**What to do:** Output each line of the data word for word, from the first through the line that holds "#40=VERTEX_POINT('',#39);", and leave off whatever follows.

------ Provided data ------

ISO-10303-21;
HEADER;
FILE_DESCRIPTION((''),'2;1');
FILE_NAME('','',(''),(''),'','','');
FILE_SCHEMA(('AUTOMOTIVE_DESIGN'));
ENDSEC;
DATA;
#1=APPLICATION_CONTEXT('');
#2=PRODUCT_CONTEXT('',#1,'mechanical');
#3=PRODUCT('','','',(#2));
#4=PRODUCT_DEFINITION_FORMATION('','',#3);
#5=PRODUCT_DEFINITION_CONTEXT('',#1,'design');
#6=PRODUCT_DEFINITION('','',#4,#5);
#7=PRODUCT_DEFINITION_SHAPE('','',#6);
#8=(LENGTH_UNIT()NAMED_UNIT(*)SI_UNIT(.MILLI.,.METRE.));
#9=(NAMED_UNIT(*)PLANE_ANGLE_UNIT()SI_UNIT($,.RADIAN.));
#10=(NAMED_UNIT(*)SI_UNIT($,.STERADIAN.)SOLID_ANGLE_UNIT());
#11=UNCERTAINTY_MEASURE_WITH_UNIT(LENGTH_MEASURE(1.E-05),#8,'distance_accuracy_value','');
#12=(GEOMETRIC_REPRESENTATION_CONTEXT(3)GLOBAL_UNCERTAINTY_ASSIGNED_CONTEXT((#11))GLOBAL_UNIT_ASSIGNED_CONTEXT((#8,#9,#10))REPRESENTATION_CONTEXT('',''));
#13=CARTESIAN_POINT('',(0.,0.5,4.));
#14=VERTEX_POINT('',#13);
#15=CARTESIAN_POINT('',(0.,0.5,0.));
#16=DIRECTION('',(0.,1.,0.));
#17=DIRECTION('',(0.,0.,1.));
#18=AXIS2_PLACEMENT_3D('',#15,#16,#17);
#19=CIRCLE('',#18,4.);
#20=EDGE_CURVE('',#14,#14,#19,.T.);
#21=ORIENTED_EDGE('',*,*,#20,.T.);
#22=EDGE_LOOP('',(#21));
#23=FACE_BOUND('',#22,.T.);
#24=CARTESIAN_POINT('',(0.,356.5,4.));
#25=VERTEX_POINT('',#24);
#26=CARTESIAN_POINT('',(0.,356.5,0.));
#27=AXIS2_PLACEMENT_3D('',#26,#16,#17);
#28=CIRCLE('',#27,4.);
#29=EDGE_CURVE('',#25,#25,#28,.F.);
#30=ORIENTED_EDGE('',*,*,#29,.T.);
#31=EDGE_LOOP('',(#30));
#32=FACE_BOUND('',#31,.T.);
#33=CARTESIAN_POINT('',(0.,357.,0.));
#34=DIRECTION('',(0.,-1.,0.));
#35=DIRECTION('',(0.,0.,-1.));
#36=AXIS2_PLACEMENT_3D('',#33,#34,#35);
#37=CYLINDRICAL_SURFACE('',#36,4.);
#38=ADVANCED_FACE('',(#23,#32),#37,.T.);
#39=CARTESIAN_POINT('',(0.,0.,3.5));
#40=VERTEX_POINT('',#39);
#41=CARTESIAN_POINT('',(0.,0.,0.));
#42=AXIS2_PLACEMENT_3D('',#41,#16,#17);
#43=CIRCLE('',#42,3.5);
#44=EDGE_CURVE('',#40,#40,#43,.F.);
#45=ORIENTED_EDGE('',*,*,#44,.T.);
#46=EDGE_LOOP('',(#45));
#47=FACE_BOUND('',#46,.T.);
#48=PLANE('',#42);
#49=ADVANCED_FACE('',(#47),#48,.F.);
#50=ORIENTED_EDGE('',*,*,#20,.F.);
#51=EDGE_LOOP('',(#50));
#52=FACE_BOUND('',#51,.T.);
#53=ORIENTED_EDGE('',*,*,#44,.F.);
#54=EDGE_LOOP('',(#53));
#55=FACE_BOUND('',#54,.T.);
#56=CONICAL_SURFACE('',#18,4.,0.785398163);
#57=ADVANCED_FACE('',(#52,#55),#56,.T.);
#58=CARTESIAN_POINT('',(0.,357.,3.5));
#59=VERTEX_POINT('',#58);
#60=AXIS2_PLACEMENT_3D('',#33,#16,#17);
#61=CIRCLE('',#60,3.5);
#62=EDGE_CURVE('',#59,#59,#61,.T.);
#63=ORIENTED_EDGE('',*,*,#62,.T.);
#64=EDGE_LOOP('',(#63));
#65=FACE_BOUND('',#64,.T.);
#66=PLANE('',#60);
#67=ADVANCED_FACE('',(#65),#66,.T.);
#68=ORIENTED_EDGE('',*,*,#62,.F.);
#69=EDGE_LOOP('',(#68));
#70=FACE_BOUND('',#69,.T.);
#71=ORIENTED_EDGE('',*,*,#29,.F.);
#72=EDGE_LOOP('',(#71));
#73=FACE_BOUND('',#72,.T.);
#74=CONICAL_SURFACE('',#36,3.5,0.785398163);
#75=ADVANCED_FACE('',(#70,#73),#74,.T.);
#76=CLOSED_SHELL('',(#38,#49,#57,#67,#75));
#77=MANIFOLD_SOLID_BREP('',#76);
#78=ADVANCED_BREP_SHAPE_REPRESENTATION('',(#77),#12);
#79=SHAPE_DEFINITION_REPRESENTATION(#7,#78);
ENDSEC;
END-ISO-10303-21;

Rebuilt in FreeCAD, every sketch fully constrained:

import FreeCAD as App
import Part
import Sketcher
Q = App.Units.Quantity


def edges_at(feature, points):
    """Names of the edges that pass closest to the given points."""
    edges = feature.Shape.Edges
    near = lambda p: min(range(len(edges)), key=lambda i: edges[i].distToShape(Part.Vertex(*p))[0])
    return sorted({f"Edge{near(p) + 1}" for p in points})

doc = App.newDocument("Part")
body = doc.addObject("PartDesign::Body", "Body")

sketch1 = body.newObject("Sketcher::SketchObject", "Sketch")
sketch1.AttachmentSupport = (doc.getObject("XZ_Plane"), [""])
sketch1.MapMode = "FlatFace"
sketch1.addGeometry(Part.Circle(App.Vector(0, 0, 0), App.Vector(0, 0, 1), 4), False)
sketch1.addConstraint([
    Sketcher.Constraint("Coincident", 0, 3, -1, 1),
    Sketcher.Constraint("Diameter", 0, Q("8 mm")),
])
pad1 = body.newObject("PartDesign::Pad", "Pad")
pad1.Profile = sketch1
pad1.Length = 357
pad1.Reversed = True
doc.recompute()

chamfer = body.newObject("PartDesign::Chamfer", "Chamfer")
chamfer.Base = (pad1, edges_at(pad1, [(0, 0, -4), (0, 357, -4)]))
chamfer.Size = 0.5

doc.recompute()
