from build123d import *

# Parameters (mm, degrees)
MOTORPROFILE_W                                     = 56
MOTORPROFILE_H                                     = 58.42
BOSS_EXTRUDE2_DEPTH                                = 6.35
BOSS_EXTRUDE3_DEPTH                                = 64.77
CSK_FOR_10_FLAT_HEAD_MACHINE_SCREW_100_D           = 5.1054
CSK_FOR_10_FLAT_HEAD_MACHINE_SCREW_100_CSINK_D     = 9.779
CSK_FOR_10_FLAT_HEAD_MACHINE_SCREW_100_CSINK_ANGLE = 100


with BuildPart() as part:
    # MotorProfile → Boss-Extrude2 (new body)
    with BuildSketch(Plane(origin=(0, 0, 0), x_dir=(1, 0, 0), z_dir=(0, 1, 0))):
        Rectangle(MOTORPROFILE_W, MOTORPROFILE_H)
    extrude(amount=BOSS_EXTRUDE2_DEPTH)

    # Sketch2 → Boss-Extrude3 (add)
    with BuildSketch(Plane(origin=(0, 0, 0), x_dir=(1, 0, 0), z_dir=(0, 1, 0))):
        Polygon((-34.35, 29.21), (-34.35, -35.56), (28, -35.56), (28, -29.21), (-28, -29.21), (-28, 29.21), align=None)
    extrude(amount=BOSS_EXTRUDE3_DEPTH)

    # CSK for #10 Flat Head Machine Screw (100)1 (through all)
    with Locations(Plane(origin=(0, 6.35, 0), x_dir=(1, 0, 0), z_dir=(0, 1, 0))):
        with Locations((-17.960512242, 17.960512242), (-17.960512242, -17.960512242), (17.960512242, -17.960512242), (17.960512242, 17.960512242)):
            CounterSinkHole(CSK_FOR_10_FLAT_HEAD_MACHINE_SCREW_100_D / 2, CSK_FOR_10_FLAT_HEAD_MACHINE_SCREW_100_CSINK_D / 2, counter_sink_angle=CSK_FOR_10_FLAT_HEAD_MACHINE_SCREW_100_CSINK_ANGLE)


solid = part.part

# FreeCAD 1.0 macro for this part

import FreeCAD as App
import Part
import Sketcher
Q = App.Units.Quantity


def add_polygon(sketch, points):
    """Adds a closed chain of lines whose ends are joined by coincident constraints."""
    first, n = sketch.GeometryCount, len(points)
    for a, b in zip(points, points[1:] + points[:1]):
        sketch.addGeometry(Part.LineSegment(App.Vector(*a, 0), App.Vector(*b, 0)), False)
    for i in range(n):
        sketch.addConstraint(Sketcher.Constraint("Coincident", first + i, 2, first + (i + 1) % n, 1))

doc = App.newDocument("Part")
body = doc.addObject("PartDesign::Body", "Body")

sketch1 = body.newObject("Sketcher::SketchObject", "Sketch")
sketch1.AttachmentSupport = (doc.getObject("XZ_Plane"), [""])
sketch1.MapMode = "FlatFace"
add_polygon(sketch1, [(-28, -29), (-28, 29), (28, 29), (28, -29)])
sketch1.addConstraint(Sketcher.Constraint("Vertical", 0))
sketch1.addConstraint(Sketcher.Constraint("Horizontal", 1))
sketch1.addConstraint(Sketcher.Constraint("Vertical", 2))
sketch1.addConstraint(Sketcher.Constraint("Horizontal", 3))
sketch1.addConstraint(Sketcher.Constraint("Symmetric", 0, 2, 2, 2, -1, 1))
sketch1.addConstraint(Sketcher.Constraint("DistanceY", 0, 1, 0, 2, Q("2.3 in")))
sketch1.addConstraint(Sketcher.Constraint("DistanceX", 1, 1, 1, 2, 56.0))
pad1 = body.newObject("PartDesign::Pad", "Pad")
pad1.Profile = sketch1
pad1.Length = Q("0.25 in")
pad1.Reversed = True

sketch2 = body.newObject("Sketcher::SketchObject", "Sketch001")
sketch2.AttachmentSupport = (doc.getObject("XZ_Plane"), [""])
sketch2.MapMode = "FlatFace"
add_polygon(sketch2, [(-34, -29), (-34, 36), (28, 36), (28, 29), (-28, 29), (-28, -29)])
sketch2.addConstraint(Sketcher.Constraint("Vertical", 0))
sketch2.addConstraint(Sketcher.Constraint("Horizontal", 1))
sketch2.addConstraint(Sketcher.Constraint("Vertical", 2))
sketch2.addConstraint(Sketcher.Constraint("Horizontal", 3))
sketch2.addConstraint(Sketcher.Constraint("Vertical", 4))
sketch2.addConstraint(Sketcher.Constraint("Horizontal", 5))
sketch2.addConstraint(Sketcher.Constraint("Symmetric", 2, 2, 4, 2, -1, 1))
sketch2.addConstraint(Sketcher.Constraint("Equal", 5, 2))
sketch2.addConstraint(Sketcher.Constraint("DistanceY", 4, 2, 4, 1, Q("2.3 in")))
sketch2.addConstraint(Sketcher.Constraint("DistanceX", 5, 2, 5, 1, Q("0.25 in")))
sketch2.addConstraint(Sketcher.Constraint("DistanceX", 1, 1, 1, 2, 62.35))
pad2 = body.newObject("PartDesign::Pad", "Pad001")
pad2.Profile = sketch2
pad2.Length = Q("2.55 in")
pad2.Reversed = True

sketch3 = body.newObject("Sketcher::SketchObject", "Sketch002")
sketch3.AttachmentSupport = (doc.getObject("XZ_Plane"), [""])
sketch3.MapMode = "FlatFace"
sketch3.AttachmentOffset = App.Placement(App.Vector(0, 0, -0.25 * 25.4), App.Rotation())
sketch3.addGeometry(Part.Circle(App.Vector(-18, -18, 0), App.Vector(0, 0, 1), 2.6), False)
sketch3.addGeometry(Part.Circle(App.Vector(-18, 18, 0), App.Vector(0, 0, 1), 2.6), False)
sketch3.addGeometry(Part.Circle(App.Vector(18, 18, 0), App.Vector(0, 0, 1), 2.6), False)
sketch3.addGeometry(Part.Circle(App.Vector(18, -18, 0), App.Vector(0, 0, 1), 2.6), False)
sketch3.addConstraint(Sketcher.Constraint("Equal", 0, 1))
sketch3.addConstraint(Sketcher.Constraint("Equal", 1, 2))
sketch3.addConstraint(Sketcher.Constraint("Equal", 2, 3))
sketch3.addConstraint(Sketcher.Constraint("Symmetric", 0, 3, 2, 3, -1, 1))
sketch3.addConstraint(Sketcher.Constraint("Symmetric", 1, 3, 3, 3, -1, 1))
sketch3.addConstraint(Sketcher.Constraint("Symmetric", 1, 3, 2, 3, -2))
sketch3.addConstraint(Sketcher.Constraint("Diameter", 0, Q("0.201 in")))
sketch3.addConstraint(Sketcher.Constraint("DistanceX", 0, 3, -1, 1, 17.960512))
sketch3.addConstraint(Sketcher.Constraint("DistanceY", 0, 3, -1, 1, 17.960512))
doc.recompute()
hole = body.newObject("PartDesign::Hole", "Hole")
hole.Profile = sketch3
hole.ThreadType = "None"
hole.Diameter = Q("0.201 in")
hole.DepthType = "ThroughAll"
hole.HoleCutType = "Countersink"
hole.HoleCutDiameter = Q("0.385 in")
hole.HoleCutCountersinkAngle = 100
hole.Reversed = True

doc.recompute()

------

**Task answer:**
ISO-10303-21;
HEADER;
FILE_DESCRIPTION((''),'2;1');
FILE_NAME('','',(''),(''),'','','');
FILE_SCHEMA(('AUTOMOTIVE_DESIGN'));
ENDSEC;
DATA;
#1=APPLICATION_CONTEXT('');
#2=PRODUCT_CONTEXT('',#1,'mechanical');
#3=PRODUCT('','','',(#2));
#4=PRODUCT_DEFINITION_FORMATION('','',#3);
#5=PRODUCT_DEFINITION_CONTEXT('',#1,'design');
#6=PRODUCT_DEFINITION('','',#4,#5);
#7=PRODUCT_DEFINITION_SHAPE('','',#6);
#8=(LENGTH_UNIT()NAMED_UNIT(*)SI_UNIT(.MILLI.,.METRE.));
#9=(NAMED_UNIT(*)PLANE_ANGLE_UNIT()SI_UNIT($,.RADIAN.));
#10=(NAMED_UNIT(*)SI_UNIT($,.STERADIAN.)SOLID_ANGLE_UNIT());
#11=UNCERTAINTY_MEASURE_WITH_UNIT(LENGTH_MEASURE(1.E-05),#8,'distance_accuracy_value','');
#12=(GEOMETRIC_REPRESENTATION_CONTEXT(3)GLOBAL_UNCERTAINTY_ASSIGNED_CONTEXT((#11))GLOBAL_UNIT_ASSIGNED_CONTEXT((#8,#9,#10))REPRESENTATION_CONTEXT('',''));
#13=CARTESIAN_POINT('',(0.,0.5,4.));
#14=VERTEX_POINT('',#13);
#15=CARTESIAN_POINT('',(0.,0.5,0.));
#16=DIRECTION('',(0.,1.,0.));
#17=DIRECTION('',(0.,0.,1.));
#18=AXIS2_PLACEMENT_3D('',#15,#16,#17);
#19=CIRCLE('',#18,4.);
#20=EDGE_CURVE('',#14,#14,#19,.T.);
#21=ORIENTED_EDGE('',*,*,#20,.T.);
#22=EDGE_LOOP('',(#21));
#23=FACE_BOUND('',#22,.T.);
#24=CARTESIAN_POINT('',(0.,356.5,4.));
#25=VERTEX_POINT('',#24);
#26=CARTESIAN_POINT('',(0.,356.5,0.));
#27=AXIS2_PLACEMENT_3D('',#26,#16,#17);
#28=CIRCLE('',#27,4.);
#29=EDGE_CURVE('',#25,#25,#28,.F.);
#30=ORIENTED_EDGE('',*,*,#29,.T.);
#31=EDGE_LOOP('',(#30));
#32=FACE_BOUND('',#31,.T.);
#33=CARTESIAN_POINT('',(0.,357.,0.));
#34=DIRECTION('',(0.,-1.,0.));
#35=DIRECTION('',(0.,0.,-1.));
#36=AXIS2_PLACEMENT_3D('',#33,#34,#35);
#37=CYLINDRICAL_SURFACE('',#36,4.);
#38=ADVANCED_FACE('',(#23,#32),#37,.T.);
#39=CARTESIAN_POINT('',(0.,0.,3.5));
#40=VERTEX_POINT('',#39);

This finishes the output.